Activity: Please restate the material below word for word, from the first line through the one that contains "v 7.019 -0.887 -5", inclusive.

Dataset records:
────────────────────

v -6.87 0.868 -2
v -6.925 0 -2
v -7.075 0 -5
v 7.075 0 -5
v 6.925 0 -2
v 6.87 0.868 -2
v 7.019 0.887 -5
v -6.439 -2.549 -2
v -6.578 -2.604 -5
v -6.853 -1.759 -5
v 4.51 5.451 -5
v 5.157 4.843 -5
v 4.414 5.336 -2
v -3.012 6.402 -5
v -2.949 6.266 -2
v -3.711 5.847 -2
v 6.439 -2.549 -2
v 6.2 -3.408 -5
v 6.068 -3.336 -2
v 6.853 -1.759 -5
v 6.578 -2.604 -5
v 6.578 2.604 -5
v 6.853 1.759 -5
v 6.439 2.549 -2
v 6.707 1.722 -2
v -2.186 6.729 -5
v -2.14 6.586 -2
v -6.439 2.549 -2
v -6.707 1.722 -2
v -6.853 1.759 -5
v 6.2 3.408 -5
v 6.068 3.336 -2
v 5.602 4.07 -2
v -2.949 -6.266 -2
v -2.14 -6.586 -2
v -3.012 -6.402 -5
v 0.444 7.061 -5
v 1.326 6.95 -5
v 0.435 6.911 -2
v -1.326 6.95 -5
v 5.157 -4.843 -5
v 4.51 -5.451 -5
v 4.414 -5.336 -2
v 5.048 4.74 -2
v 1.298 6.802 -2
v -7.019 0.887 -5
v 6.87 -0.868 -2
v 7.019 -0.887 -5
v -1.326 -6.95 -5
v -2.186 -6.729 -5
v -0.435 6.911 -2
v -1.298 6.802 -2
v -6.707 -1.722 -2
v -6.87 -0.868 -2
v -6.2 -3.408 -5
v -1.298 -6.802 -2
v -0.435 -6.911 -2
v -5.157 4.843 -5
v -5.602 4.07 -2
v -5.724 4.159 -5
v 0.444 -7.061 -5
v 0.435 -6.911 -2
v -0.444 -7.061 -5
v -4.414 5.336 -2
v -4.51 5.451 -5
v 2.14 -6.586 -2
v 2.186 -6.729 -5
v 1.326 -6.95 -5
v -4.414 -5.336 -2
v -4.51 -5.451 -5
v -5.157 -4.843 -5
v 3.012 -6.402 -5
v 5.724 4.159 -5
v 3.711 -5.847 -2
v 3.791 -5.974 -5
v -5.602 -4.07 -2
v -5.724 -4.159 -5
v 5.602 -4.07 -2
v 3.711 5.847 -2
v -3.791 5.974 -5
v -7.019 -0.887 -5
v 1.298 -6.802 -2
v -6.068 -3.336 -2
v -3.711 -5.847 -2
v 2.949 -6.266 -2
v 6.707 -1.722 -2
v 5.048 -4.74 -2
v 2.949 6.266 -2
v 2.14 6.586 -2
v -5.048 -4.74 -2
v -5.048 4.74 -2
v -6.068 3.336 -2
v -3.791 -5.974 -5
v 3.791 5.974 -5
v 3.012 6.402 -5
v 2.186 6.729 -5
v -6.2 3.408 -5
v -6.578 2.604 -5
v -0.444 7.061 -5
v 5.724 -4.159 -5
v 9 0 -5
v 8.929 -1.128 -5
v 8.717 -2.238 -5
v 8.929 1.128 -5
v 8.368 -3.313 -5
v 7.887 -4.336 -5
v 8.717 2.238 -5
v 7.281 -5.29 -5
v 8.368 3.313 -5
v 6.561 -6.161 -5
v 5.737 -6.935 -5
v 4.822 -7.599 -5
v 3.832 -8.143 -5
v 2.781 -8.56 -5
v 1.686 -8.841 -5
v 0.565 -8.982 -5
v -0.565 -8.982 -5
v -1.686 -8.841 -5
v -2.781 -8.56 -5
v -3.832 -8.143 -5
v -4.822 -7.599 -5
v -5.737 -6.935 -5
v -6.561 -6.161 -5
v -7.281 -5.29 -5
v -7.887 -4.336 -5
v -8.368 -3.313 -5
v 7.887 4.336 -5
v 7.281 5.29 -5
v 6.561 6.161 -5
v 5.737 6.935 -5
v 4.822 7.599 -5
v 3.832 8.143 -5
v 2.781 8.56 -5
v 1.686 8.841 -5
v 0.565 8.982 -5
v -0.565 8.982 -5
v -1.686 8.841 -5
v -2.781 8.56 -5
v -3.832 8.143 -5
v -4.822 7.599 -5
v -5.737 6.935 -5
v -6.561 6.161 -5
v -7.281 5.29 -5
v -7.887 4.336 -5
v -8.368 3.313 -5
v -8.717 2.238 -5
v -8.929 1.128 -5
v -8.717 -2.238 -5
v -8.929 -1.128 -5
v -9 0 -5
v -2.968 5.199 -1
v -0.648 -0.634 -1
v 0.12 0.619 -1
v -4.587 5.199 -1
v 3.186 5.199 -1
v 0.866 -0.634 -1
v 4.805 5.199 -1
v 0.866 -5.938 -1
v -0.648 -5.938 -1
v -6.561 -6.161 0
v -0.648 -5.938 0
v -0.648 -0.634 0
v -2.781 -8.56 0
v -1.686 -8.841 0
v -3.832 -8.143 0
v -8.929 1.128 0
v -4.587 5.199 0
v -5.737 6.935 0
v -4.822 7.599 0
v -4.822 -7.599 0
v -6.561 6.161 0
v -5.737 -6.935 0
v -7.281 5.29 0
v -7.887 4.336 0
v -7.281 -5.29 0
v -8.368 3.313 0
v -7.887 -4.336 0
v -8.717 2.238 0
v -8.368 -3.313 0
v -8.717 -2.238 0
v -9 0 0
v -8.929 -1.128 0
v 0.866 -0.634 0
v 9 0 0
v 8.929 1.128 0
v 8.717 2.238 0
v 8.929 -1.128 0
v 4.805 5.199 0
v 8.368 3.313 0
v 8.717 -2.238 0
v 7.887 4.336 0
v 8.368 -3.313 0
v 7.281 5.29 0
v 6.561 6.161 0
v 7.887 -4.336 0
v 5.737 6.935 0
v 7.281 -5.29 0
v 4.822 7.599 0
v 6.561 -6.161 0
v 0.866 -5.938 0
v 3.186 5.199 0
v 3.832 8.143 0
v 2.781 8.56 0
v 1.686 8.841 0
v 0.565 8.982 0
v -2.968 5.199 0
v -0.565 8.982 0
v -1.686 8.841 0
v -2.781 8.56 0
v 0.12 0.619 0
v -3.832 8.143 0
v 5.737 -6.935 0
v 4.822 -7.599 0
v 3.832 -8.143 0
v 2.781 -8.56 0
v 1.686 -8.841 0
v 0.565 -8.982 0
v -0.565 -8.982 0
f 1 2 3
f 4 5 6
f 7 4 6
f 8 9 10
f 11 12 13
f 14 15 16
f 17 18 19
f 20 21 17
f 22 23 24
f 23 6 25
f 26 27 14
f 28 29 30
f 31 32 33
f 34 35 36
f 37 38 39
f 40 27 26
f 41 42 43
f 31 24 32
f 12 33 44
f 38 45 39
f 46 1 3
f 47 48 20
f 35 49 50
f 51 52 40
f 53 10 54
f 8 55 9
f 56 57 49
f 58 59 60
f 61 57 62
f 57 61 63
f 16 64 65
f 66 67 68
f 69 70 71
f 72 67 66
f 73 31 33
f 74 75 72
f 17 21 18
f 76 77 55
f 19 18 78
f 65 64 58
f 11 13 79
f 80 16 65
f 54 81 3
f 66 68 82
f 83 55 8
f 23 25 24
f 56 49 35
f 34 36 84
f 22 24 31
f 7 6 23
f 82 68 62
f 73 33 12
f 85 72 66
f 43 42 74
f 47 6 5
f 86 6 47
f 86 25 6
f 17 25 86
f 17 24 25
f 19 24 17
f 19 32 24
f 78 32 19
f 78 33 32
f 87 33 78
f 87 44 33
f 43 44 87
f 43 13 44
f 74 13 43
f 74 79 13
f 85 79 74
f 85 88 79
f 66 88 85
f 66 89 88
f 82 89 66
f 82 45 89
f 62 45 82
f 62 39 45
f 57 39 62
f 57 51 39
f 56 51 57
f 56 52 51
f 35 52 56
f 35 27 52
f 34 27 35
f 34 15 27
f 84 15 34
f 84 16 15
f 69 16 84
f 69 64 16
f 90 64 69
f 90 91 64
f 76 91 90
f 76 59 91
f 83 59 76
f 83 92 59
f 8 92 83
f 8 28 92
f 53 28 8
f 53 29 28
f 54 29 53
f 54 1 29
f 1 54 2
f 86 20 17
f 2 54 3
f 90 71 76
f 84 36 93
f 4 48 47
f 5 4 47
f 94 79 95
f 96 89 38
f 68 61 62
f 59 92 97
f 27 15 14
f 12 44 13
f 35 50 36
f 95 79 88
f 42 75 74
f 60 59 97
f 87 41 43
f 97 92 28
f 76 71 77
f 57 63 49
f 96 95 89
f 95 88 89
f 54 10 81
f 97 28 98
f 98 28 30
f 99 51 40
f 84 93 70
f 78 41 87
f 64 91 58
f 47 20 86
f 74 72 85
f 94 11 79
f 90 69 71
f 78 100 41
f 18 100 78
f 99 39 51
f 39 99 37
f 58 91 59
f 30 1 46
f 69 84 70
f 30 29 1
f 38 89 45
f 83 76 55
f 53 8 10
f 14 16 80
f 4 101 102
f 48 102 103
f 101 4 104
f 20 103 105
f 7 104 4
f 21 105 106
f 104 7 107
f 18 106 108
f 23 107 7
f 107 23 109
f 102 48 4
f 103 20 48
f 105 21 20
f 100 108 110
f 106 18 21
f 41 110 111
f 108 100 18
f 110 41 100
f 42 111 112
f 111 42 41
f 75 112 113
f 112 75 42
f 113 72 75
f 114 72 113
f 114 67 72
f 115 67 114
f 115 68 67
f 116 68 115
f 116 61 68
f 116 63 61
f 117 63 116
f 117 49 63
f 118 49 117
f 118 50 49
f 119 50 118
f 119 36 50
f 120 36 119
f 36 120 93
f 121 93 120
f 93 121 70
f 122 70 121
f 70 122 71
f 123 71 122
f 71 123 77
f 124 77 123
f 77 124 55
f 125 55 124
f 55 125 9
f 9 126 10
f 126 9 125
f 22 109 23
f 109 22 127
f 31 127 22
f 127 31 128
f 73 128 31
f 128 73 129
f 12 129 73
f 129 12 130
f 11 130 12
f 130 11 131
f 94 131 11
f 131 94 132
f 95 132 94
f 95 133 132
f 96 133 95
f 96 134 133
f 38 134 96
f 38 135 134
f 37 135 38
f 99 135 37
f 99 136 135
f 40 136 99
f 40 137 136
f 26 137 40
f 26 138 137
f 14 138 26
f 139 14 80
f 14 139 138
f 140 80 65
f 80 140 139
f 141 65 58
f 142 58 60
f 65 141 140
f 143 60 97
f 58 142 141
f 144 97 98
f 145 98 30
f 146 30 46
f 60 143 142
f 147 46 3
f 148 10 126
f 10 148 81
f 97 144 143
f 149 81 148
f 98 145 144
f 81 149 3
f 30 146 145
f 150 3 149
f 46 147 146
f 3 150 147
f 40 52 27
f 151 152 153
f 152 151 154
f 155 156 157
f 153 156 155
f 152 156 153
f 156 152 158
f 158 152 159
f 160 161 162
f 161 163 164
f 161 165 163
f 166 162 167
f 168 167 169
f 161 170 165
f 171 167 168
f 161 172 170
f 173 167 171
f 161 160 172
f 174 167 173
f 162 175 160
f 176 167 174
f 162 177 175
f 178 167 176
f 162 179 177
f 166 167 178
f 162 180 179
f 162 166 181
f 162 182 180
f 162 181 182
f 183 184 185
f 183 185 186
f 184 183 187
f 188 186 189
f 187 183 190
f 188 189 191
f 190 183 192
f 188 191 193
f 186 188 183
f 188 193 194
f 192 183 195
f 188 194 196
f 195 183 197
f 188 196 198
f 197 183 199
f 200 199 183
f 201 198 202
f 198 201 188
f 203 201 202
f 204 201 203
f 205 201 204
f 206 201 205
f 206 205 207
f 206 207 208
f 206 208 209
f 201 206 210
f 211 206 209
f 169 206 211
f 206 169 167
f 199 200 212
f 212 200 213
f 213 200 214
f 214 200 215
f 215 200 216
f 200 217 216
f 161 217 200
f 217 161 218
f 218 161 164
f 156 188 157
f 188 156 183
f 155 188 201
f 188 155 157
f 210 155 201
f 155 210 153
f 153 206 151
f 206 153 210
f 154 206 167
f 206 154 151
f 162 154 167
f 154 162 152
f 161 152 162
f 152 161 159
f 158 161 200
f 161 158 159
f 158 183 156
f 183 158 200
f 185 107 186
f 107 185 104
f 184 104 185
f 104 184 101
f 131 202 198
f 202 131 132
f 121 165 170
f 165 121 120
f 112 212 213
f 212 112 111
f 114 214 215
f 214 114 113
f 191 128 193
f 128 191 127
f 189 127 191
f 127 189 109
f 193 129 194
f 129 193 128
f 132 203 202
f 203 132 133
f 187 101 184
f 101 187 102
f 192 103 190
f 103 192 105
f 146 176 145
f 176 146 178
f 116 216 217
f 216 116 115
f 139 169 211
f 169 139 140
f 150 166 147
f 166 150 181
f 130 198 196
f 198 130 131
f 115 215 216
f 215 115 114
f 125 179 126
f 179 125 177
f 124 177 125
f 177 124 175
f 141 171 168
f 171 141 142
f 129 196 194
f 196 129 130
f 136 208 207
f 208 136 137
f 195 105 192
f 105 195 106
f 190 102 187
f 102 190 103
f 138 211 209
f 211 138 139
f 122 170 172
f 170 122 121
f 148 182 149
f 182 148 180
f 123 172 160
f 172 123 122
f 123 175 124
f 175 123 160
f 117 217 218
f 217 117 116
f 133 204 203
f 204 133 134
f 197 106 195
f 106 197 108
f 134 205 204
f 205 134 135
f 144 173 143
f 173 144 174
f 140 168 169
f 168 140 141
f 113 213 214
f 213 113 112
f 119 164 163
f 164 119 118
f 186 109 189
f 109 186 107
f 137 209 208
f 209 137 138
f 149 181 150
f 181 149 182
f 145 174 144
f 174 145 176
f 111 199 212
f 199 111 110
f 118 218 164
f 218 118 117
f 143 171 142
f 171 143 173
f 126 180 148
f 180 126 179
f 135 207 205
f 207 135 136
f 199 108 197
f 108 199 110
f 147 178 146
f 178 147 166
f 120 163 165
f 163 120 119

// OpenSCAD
$fn = 50;

difference() {
	union() {
		translate(v = [0, 0, -5.0]) {
			cylinder(h = 5, r = 9.0);
		}
	}
	union() {
		#translate(v = [0, 0, -5.0]) {
			cylinder(h = 3, r1 = 7.075, r2 = 6.925);
		}
		translate(v = [0, -0.5, -1]) {
			linear_extrude(height = 1) {
				text(font = "Webdings", halign = "center", size = 11, text = "Y", valign = "center");
			}
		}
	}
}
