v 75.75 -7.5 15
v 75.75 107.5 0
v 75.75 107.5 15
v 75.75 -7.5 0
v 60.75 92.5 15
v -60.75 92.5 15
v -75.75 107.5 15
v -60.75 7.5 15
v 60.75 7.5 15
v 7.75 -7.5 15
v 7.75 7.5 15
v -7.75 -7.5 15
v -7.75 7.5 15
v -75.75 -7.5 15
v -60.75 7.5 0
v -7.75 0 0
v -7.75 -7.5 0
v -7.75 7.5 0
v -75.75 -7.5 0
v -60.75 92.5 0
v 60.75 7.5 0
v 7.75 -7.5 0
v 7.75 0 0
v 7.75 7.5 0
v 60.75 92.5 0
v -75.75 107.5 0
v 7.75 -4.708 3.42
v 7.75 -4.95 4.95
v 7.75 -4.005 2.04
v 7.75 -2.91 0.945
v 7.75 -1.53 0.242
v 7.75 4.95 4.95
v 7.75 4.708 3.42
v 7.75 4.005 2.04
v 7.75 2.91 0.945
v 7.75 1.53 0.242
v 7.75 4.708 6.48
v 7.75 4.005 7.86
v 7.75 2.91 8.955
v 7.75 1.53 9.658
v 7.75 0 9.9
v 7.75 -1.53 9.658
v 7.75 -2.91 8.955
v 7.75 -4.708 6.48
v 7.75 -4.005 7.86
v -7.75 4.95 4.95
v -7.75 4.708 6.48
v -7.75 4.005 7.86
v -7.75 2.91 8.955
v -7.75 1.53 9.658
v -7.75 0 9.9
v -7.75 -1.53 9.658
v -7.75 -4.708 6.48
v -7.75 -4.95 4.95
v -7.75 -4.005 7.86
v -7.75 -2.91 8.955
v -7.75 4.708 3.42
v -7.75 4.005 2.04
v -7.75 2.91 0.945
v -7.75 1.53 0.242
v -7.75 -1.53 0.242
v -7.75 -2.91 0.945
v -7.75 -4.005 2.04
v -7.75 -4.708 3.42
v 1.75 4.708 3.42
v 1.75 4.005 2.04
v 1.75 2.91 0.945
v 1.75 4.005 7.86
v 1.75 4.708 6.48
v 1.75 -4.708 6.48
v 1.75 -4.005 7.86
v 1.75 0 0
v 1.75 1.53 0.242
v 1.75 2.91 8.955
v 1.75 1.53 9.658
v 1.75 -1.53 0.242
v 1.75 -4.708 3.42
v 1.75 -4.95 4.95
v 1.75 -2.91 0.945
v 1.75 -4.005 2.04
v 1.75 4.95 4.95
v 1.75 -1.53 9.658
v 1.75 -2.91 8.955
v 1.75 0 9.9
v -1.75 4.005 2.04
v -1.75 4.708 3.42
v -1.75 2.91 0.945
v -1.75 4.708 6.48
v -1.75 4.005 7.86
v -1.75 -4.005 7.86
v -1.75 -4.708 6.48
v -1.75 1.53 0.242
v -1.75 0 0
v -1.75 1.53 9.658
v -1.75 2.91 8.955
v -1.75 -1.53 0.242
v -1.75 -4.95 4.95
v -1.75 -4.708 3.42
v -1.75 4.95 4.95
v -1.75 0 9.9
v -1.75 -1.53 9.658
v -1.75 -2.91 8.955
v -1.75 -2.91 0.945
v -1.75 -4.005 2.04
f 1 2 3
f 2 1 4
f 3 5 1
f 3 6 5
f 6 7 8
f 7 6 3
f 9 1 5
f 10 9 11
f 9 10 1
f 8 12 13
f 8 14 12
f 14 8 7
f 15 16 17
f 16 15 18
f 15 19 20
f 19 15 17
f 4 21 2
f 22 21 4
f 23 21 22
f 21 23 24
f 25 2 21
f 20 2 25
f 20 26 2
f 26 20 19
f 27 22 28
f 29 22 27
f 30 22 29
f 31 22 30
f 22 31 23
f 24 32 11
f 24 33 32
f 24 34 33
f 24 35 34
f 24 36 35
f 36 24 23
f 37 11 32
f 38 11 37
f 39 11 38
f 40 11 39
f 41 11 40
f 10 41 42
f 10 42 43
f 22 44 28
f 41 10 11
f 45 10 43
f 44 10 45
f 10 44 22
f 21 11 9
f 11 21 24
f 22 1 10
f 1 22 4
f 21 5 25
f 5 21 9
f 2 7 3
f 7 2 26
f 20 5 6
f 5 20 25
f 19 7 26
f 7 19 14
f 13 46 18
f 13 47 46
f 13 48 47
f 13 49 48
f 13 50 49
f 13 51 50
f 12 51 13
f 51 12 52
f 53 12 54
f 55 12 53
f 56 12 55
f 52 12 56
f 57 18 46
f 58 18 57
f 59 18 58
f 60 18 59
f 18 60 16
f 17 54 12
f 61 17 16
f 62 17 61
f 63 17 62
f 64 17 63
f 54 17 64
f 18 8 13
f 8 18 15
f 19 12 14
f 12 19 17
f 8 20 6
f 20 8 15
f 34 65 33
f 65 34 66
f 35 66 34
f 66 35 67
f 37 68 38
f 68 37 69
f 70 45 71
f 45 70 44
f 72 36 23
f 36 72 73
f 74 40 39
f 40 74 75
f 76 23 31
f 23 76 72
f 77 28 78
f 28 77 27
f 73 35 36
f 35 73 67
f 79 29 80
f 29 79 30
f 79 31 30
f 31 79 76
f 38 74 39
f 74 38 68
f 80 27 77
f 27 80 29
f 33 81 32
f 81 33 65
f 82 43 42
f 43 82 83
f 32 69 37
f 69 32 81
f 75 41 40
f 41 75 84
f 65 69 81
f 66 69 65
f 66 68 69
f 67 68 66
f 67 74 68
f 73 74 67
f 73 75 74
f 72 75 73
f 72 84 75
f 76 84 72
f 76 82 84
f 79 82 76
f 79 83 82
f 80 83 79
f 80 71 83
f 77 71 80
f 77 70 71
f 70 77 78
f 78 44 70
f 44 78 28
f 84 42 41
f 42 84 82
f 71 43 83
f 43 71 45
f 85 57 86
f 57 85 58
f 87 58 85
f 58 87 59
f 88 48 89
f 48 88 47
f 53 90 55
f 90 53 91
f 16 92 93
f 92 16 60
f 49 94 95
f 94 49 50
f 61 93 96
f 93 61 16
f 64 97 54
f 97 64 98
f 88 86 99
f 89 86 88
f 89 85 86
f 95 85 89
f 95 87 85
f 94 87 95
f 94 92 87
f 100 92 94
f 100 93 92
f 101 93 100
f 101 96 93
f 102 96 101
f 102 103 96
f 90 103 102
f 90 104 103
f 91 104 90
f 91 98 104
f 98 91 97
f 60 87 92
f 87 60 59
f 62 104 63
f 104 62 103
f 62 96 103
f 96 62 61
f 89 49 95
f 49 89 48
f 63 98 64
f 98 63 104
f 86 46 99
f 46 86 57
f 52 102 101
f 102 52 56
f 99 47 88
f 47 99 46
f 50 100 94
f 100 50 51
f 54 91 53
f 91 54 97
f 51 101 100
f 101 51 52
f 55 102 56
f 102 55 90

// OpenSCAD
module fitting(length, radius) {
    rotate([0,90,0])
    translate([-abs(radius), 0, 0])
        cylinder(h=length, r=radius, $fn=20);
}

module half_rod(size, rod_1_len, rod_2_len, rod_3_len) {
    radius = -size / 2;

    // Connected to fitting
    translate([0, radius, 0])
        cube([rod_1_len, size, size]);

    // Connector of fitting rod and long rod
    translate([rod_1_len, radius, 0])
    rotate([0, 0, 90])
        cube([rod_2_len, size, size]);

    // Long rod
    translate([rod_1_len, rod_2_len + radius, 0])
    rotate([0, 0, 180])
        cube([rod_3_len, size, size]);
}

gap = 3.5 / 2;

fitting_length = 6;
fitting_radius = 9.9 / 2;
rod_size = 15;
rod_1_len = 68;
rod_2_len = 115;
rod_3_len = rod_1_len + fitting_length + gap;


// Left Fitting
translate([gap, 0, 0])
    fitting(fitting_length, fitting_radius);

// Left Half Rod
translate([fitting_length + gap, 0, 0])
    half_rod(rod_size,
        rod_1_len=rod_1_len,
        rod_2_len=rod_2_len,
        rod_3_len=rod_3_len);

// Right Fitting
translate([-fitting_length - gap, 0, 0])
    fitting(fitting_length, fitting_radius);

// Right Half Rod
rotate([0, 180, 0])
translate([fitting_length + gap, 0, -rod_size])
    half_rod(rod_size,
        rod_1_len=rod_1_len,
        rod_2_len=rod_2_len,
        rod_3_len=rod_3_len);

────────────────────

Reply:
v -6.87 0.868 -2
v -6.925 0 -2
v -7.075 0 -5
v 7.075 0 -5
v 6.925 0 -2
v 6.87 0.868 -2
v 7.019 0.887 -5
v -6.439 -2.549 -2
v -6.578 -2.604 -5
v -6.853 -1.759 -5
v 4.51 5.451 -5
v 5.157 4.843 -5
v 4.414 5.336 -2
v -3.012 6.402 -5
v -2.949 6.266 -2
v -3.711 5.847 -2
v 6.439 -2.549 -2
v 6.2 -3.408 -5
v 6.068 -3.336 -2
v 6.853 -1.759 -5
v 6.578 -2.604 -5
v 6.578 2.604 -5
v 6.853 1.759 -5
v 6.439 2.549 -2
v 6.707 1.722 -2
v -2.186 6.729 -5
v -2.14 6.586 -2
v -6.439 2.549 -2
v -6.707 1.722 -2
v -6.853 1.759 -5
v 6.2 3.408 -5
v 6.068 3.336 -2
v 5.602 4.07 -2
v -2.949 -6.266 -2
v -2.14 -6.586 -2
v -3.012 -6.402 -5
v 0.444 7.061 -5
v 1.326 6.95 -5
v 0.435 6.911 -2
v -1.326 6.95 -5
v 5.157 -4.843 -5
v 4.51 -5.451 -5
v 4.414 -5.336 -2
v 5.048 4.74 -2
v 1.298 6.802 -2
v -7.019 0.887 -5
v 6.87 -0.868 -2
v 7.019 -0.887 -5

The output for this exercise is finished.